++++ DATA FOR THIS TASK
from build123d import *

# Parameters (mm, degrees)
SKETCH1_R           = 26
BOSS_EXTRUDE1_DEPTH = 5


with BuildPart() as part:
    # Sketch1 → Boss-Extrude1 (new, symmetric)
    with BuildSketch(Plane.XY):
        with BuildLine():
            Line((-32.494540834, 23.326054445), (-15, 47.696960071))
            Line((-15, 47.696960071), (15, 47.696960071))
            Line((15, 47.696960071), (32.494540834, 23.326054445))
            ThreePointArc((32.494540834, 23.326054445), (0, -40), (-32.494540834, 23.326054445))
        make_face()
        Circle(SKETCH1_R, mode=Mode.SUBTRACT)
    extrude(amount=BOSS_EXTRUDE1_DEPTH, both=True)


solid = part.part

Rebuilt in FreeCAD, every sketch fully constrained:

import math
import FreeCAD as App
import Part
import Sketcher

doc = App.newDocument("Part")
body = doc.addObject("PartDesign::Body", "Body")

# Sketch on XY plane
sketch1 = body.newObject("Sketcher::SketchObject", "Sketch")
sketch1.AttachmentSupport = (doc.getObject("XY_Plane"), [""])
sketch1.MapMode = "FlatFace"
sketch1.addGeometry([
    Part.LineSegment(App.Vector(-15, 48, 0), App.Vector(-32, 23, 0)),  # 0
    Part.ArcOfCircle(Part.Circle(App.Vector(0, 0, 0), App.Vector(0, 0, 1), 40), math.radians(144), math.radians(396)),  # 1
    Part.LineSegment(App.Vector(32, 23, 0), App.Vector(15, 48, 0)),  # 2
    Part.LineSegment(App.Vector(15, 48, 0), App.Vector(-15, 48, 0)),  # 3
    Part.Circle(App.Vector(0, 0, 0), App.Vector(0, 0, 1), 26),  # 4
], False)
sketch1.addConstraint([
    Sketcher.Constraint("Tangent", 0, 2, 1, 1),
    Sketcher.Constraint("Tangent", 1, 2, 2, 1),
    Sketcher.Constraint("Coincident", 2, 2, 3, 1),
    Sketcher.Constraint("Coincident", 3, 2, 0, 1),
    Sketcher.Constraint("Horizontal", 3),
    Sketcher.Constraint("Coincident", 1, 3, -1, 1),
    Sketcher.Constraint("Coincident", 4, 3, -1, 1),
    Sketcher.Constraint("Horizontal", 0, 2, 1, 2),
    Sketcher.Constraint("Diameter", 4, 52.0),
    Sketcher.Constraint("Radius", 1, 40.0),
    Sketcher.Constraint("DistanceX", 3, 2, 3, 1, 30.0),
    Sketcher.Constraint("Distance", 0, 30.0),
])
pad1 = body.newObject("PartDesign::Pad", "Pad")
pad1.Profile = sketch1
pad1.Length = 10
pad1.Midplane = True

doc.recompute()
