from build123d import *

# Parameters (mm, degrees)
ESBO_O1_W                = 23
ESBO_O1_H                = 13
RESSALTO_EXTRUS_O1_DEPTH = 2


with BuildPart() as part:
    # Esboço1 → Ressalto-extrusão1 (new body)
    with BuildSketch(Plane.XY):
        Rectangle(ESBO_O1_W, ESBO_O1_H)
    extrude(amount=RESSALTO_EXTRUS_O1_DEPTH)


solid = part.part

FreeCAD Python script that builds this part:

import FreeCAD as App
import Part
import Sketcher
from FreeCAD import Vector
Q = App.Units.Quantity


def add_polygon(sketch, points):
    """Adds a closed chain of lines whose ends are joined by coincident constraints."""
    first, n = sketch.GeometryCount, len(points)
    for a, b in zip(points, points[1:] + points[:1]):
        sketch.addGeometry(Part.LineSegment(App.Vector(*a, 0), App.Vector(*b, 0)), False)
    for i in range(n):
        sketch.addConstraint(Sketcher.Constraint("Coincident", first + i, 2, first + (i + 1) % n, 1))

doc = App.newDocument("Part")
body = doc.addObject("PartDesign::Body", "Body")

# Sketch on XY plane
sketch1 = body.newObject("Sketcher::SketchObject", "Sketch")
sketch1.AttachmentSupport = (doc.getObject("XY_Plane"), [""])
sketch1.MapMode = "FlatFace"
add_polygon(sketch1, [(-12, 6), (-12, -6), (12, -6), (12, 6)])  # lines 0-3
sketch1.addConstraint(Sketcher.Constraint("Vertical", 0))
sketch1.addConstraint(Sketcher.Constraint("Horizontal", 1))
sketch1.addConstraint(Sketcher.Constraint("Vertical", 2))
sketch1.addConstraint(Sketcher.Constraint("Horizontal", 3))
sketch1.addConstraint(Sketcher.Constraint("Symmetric", 0, 2, 2, 2, -1, 1))
sketch1.addConstraint(Sketcher.Constraint("DistanceX", 1, 1, 1, 2, Q("23 mm")))
sketch1.addConstraint(Sketcher.Constraint("DistanceY", 0, 2, 0, 1, Q("13 mm")))
pad1 = body.newObject("PartDesign::Pad", "Pad")
pad1.Profile = sketch1
pad1.Length = 2

doc.recompute()
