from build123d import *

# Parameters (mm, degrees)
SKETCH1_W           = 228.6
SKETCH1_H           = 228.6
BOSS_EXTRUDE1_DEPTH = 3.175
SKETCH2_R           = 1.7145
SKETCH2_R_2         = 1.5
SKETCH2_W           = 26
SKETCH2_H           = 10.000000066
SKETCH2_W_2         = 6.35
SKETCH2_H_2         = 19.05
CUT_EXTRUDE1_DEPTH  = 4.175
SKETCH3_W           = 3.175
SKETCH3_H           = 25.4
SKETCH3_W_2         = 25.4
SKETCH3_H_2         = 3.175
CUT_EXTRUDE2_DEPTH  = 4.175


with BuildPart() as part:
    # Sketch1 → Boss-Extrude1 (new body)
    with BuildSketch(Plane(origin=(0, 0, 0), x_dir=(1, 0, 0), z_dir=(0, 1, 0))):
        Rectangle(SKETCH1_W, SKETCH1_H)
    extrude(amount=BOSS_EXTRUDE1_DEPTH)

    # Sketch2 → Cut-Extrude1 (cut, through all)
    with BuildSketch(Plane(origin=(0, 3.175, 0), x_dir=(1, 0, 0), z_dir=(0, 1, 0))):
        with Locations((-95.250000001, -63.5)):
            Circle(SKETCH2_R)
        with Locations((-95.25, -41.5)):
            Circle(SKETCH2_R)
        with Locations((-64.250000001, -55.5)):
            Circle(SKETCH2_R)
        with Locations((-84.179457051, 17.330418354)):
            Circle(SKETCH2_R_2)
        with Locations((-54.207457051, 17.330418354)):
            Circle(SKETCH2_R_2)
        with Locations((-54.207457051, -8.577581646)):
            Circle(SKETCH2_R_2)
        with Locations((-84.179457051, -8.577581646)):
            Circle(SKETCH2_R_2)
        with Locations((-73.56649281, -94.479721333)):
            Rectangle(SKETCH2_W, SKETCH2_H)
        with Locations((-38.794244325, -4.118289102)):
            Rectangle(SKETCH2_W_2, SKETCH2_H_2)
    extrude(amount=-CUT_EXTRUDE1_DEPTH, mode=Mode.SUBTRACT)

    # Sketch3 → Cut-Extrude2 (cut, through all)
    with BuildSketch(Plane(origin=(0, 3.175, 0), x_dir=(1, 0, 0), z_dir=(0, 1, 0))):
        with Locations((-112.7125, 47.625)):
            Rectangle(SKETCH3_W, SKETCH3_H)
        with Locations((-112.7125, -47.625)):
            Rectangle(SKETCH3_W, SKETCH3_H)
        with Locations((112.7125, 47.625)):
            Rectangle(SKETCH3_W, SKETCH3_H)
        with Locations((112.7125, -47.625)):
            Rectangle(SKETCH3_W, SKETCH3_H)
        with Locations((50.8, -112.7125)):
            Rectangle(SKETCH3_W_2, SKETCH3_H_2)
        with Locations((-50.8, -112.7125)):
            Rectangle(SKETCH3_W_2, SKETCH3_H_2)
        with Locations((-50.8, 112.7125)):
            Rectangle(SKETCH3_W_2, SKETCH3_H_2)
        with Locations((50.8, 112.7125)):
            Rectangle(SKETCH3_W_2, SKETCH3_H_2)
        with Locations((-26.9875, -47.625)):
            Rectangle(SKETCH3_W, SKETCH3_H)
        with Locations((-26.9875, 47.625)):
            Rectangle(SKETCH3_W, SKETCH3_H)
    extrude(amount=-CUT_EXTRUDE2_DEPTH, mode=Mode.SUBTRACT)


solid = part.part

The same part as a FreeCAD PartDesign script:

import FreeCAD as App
import Part
import Sketcher
from FreeCAD import Vector
Q = App.Units.Quantity

doc = App.newDocument("Part")
body = doc.addObject("PartDesign::Body", "Body")

# Sketch on XZ plane
sketch1 = body.newObject("Sketcher::SketchObject", "Sketch")
sketch1.AttachmentSupport = (doc.getObject("XZ_Plane"), [""])
sketch1.MapMode = "FlatFace"
sketch1.addGeometry([
    Part.LineSegment(Vector(-114.3, -114.3, 0), Vector(-114.3, 114.3, 0)),
    Part.LineSegment(Vector(-114.3, 114.3, 0), Vector(114.3, 114.3, 0)),
    Part.LineSegment(Vector(114.3, 114.3, 0), Vector(114.3, -114.3, 0)),
    Part.LineSegment(Vector(114.3, -114.3, 0), Vector(-114.3, -114.3, 0)),
], False)
sketch1.addConstraint([
    Sketcher.Constraint("Coincident", 0, 2, 1, 1),
    Sketcher.Constraint("Coincident", 1, 2, 2, 1),
    Sketcher.Constraint("Coincident", 2, 2, 3, 1),
    Sketcher.Constraint("Coincident", 3, 2, 0, 1),
    Sketcher.Constraint("Vertical", 0),
    Sketcher.Constraint("Horizontal", 1),
    Sketcher.Constraint("Vertical", 2),
    Sketcher.Constraint("Horizontal", 3),
    Sketcher.Constraint("Symmetric", 0, 2, 2, 2, -1, 1),
    Sketcher.Constraint("Equal", 3, 0),
    Sketcher.Constraint("DistanceX", 1, 1, 1, 2, Q("9 in")),
])
pad1 = body.newObject("PartDesign::Pad", "Pad")
pad1.Profile = sketch1
pad1.Length = Q("0.125 in")
pad1.Reversed = True

# Sketch on XZ plane
sketch2 = body.newObject("Sketcher::SketchObject", "Sketch001")
sketch2.AttachmentSupport = (doc.getObject("XZ_Plane"), [""])
sketch2.MapMode = "FlatFace"
sketch2.AttachmentOffset = App.Placement(Vector(0, 0, -0.125 * 25.4), App.Rotation())
sketch2.addGeometry([
    Part.Circle(Vector(-95.25, 63.5, 0), Vector(0, 0, 1), 1.7145),  # 0
    Part.Circle(Vector(-95.25, 41.5, 0), Vector(0, 0, 1), 1.7145),  # 1
    Part.Circle(Vector(-64.25, 55.5, 0), Vector(0, 0, 1), 1.7145),  # 2
    Part.Circle(Vector(-84.179457, -17.330418, 0), Vector(0, 0, 1), 1.5),  # 3
    Part.Circle(Vector(-54.207457, -17.330418, 0), Vector(0, 0, 1), 1.5),  # 4
    Part.Circle(Vector(-54.207457, 8.577582, 0), Vector(0, 0, 1), 1.5),  # 5
    Part.Circle(Vector(-84.179457, 8.577582, 0), Vector(0, 0, 1), 1.5),  # 6
    Part.LineSegment(Vector(-86.566493, 89.479721, 0), Vector(-86.566493, 99.479721, 0)),  # 7
    Part.LineSegment(Vector(-86.566493, 99.479721, 0), Vector(-60.566493, 99.479721, 0)),  # 8
    Part.LineSegment(Vector(-60.566493, 99.479721, 0), Vector(-60.566493, 89.479721, 0)),  # 9
    Part.LineSegment(Vector(-60.566493, 89.479721, 0), Vector(-86.566493, 89.479721, 0)),  # 10
    Part.LineSegment(Vector(-41.969244, -5.406711, 0), Vector(-41.969244, 13.643289, 0)),  # 11
    Part.LineSegment(Vector(-41.969244, 13.643289, 0), Vector(-35.619244, 13.643289, 0)),  # 12
    Part.LineSegment(Vector(-35.619244, 13.643289, 0), Vector(-35.619244, -5.406711, 0)),  # 13
    Part.LineSegment(Vector(-35.619244, -5.406711, 0), Vector(-41.969244, -5.406711, 0)),  # 14
], False)
sketch2.addConstraint([
    Sketcher.Constraint("Coincident", 7, 2, 8, 1),
    Sketcher.Constraint("Coincident", 8, 2, 9, 1),
    Sketcher.Constraint("Coincident", 9, 2, 10, 1),
    Sketcher.Constraint("Coincident", 10, 2, 7, 1),
    Sketcher.Constraint("Coincident", 11, 2, 12, 1),
    Sketcher.Constraint("Coincident", 12, 2, 13, 1),
    Sketcher.Constraint("Coincident", 13, 2, 14, 1),
    Sketcher.Constraint("Coincident", 14, 2, 11, 1),
    Sketcher.Constraint("Vertical", 7),
    Sketcher.Constraint("Horizontal", 8),
    Sketcher.Constraint("Vertical", 9),
    Sketcher.Constraint("Horizontal", 10),
    Sketcher.Constraint("Vertical", 11),
    Sketcher.Constraint("Horizontal", 12),
    Sketcher.Constraint("Vertical", 13),
    Sketcher.Constraint("Horizontal", 14),
    Sketcher.Constraint("Equal", 0, 1),
    Sketcher.Constraint("Equal", 1, 2),
    Sketcher.Constraint("Equal", 3, 4),
    Sketcher.Constraint("Equal", 4, 5),
    Sketcher.Constraint("Equal", 5, 6),
    Sketcher.Constraint("Horizontal", 3, 3, 4, 3),
    Sketcher.Constraint("Horizontal", 5, 3, 6, 3),
    Sketcher.Constraint("Vertical", 0, 3, 1, 3),
    Sketcher.Constraint("Vertical", 4, 3, 5, 3),
    Sketcher.Constraint("Vertical", 3, 3, 6, 3),
    Sketcher.Constraint("Diameter", 0, Q("0.135 in")),
    Sketcher.Constraint("DistanceX", 12, 1, 12, 2, Q("0.25 in")),
    Sketcher.Constraint("DistanceY", 11, 1, 11, 2, Q("0.75 in")),
    Sketcher.Constraint("DistanceY", -1, 1, 0, 3, Q("2.5 in")),
    Sketcher.Constraint("Diameter", 3, 3.0),
    Sketcher.Constraint("DistanceX", 0, 3, -1, 1, Q("3.75 in")),
    Sketcher.Constraint("DistanceX", 3, 3, 4, 3, Q("1.18 in")),
    Sketcher.Constraint("DistanceY", 4, 3, 5, 3, Q("1.02 in")),
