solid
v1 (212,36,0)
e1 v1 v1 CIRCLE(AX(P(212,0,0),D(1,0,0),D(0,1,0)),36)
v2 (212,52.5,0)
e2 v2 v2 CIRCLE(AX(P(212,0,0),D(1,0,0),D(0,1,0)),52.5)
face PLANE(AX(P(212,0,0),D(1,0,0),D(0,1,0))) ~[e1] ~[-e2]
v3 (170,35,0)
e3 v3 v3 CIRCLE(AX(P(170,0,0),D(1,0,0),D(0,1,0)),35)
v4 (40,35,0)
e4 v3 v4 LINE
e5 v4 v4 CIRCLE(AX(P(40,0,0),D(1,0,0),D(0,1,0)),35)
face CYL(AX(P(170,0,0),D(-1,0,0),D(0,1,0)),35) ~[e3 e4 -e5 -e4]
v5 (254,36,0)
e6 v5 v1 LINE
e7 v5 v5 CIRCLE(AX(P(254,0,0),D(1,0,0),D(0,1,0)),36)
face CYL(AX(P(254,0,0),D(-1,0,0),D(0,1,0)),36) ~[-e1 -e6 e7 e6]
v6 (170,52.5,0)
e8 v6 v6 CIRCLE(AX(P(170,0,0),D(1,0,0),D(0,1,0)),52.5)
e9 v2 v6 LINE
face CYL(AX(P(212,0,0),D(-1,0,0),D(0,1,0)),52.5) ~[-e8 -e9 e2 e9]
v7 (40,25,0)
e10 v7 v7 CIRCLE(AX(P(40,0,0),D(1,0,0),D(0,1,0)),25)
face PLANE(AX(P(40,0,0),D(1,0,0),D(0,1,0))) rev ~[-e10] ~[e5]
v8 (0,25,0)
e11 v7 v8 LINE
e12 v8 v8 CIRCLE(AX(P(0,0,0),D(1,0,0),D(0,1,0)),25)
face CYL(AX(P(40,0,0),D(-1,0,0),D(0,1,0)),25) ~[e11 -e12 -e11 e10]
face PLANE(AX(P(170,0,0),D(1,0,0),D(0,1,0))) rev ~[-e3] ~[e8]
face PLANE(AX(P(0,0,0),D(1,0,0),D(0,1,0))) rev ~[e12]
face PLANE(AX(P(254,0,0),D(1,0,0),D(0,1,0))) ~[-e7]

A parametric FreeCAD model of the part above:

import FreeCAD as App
import Part
import Sketcher


def add_polygon(sketch, points):
    """Adds a closed chain of lines whose ends are joined by coincident constraints."""
    first, n = sketch.GeometryCount, len(points)
    for a, b in zip(points, points[1:] + points[:1]):
        sketch.addGeometry(Part.LineSegment(App.Vector(*a, 0), App.Vector(*b, 0)), False)
    for i in range(n):
        sketch.addConstraint(Sketcher.Constraint("Coincident", first + i, 2, first + (i + 1) % n, 1))

doc = App.newDocument("Part")
body = doc.addObject("PartDesign::Body", "Body")

sketch1 = doc.addObject("Sketcher::SketchObject", "Sketch")
body.addObject(sketch1)
sketch1.AttachmentSupport = (doc.XY_Plane, [""])
sketch1.MapMode = "FlatFace"
add_polygon(sketch1, [(0, 0), (254, 0), (254, 36), (212, 36), (212, 52), (170, 52), (170, 35), (40, 35), (40, 25), (0, 25)])
sketch1.addConstraint(Sketcher.Constraint("Horizontal", 0))
sketch1.addConstraint(Sketcher.Constraint("Vertical", 1))
sketch1.addConstraint(Sketcher.Constraint("Horizontal", 2))
sketch1.addConstraint(Sketcher.Constraint("Vertical", 3))
sketch1.addConstraint(Sketcher.Constraint("Horizontal", 4))
sketch1.addConstraint(Sketcher.Constraint("Vertical", 5))
sketch1.addConstraint(Sketcher.Constraint("Horizontal", 6))
sketch1.addConstraint(Sketcher.Constraint("Vertical", 7))
sketch1.addConstraint(Sketcher.Constraint("Horizontal", 8))
sketch1.addConstraint(Sketcher.Constraint("Vertical", 9))
sketch1.addConstraint(Sketcher.Constraint("Coincident", 9, 2, -1, 1))
sketch1.addConstraint(Sketcher.Constraint("Equal", 2, 4))
sketch1.addConstraint(Sketcher.Constraint("DistanceX", 0, 1, 0, 2, 254.0))
sketch1.addConstraint(Sketcher.Constraint("DistanceX", 2, 2, 2, 1, 42.0))
sketch1.addConstraint(Sketcher.Constraint("DistanceX", 6, 2, 6, 1, 130.0))
sketch1.addConstraint(Sketcher.Constraint("DistanceY", 1, 1, 1, 2, 36.0))
sketch1.addConstraint(Sketcher.Constraint("DistanceY", 7, 2, 7, 1, 10.0))
sketch1.addConstraint(Sketcher.Constraint("DistanceY", 9, 2, 9, 1, 25.0))
sketch1.addConstraint(Sketcher.Constraint("DistanceY", 3, 1, 3, 2, 16.5))
revolution = doc.addObject("PartDesign::Revolution", "Revolution")
body.addObject(revolution)
revolution.Profile = sketch1
revolution.ReferenceAxis = (sketch1, ["H_Axis"])
revolution.Angle = 360

doc.recompute()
++++++++
> **INSTRUCTIONS FOR THE TASK**
Search the data above for lines holding "through" and copy each of them.

> **EXERCISE ANSWER**
    # Sketch2 → Cut-Extrude1 (cut, through all)
    # Sketch3 → Cut-Extrude2 (cut, through all)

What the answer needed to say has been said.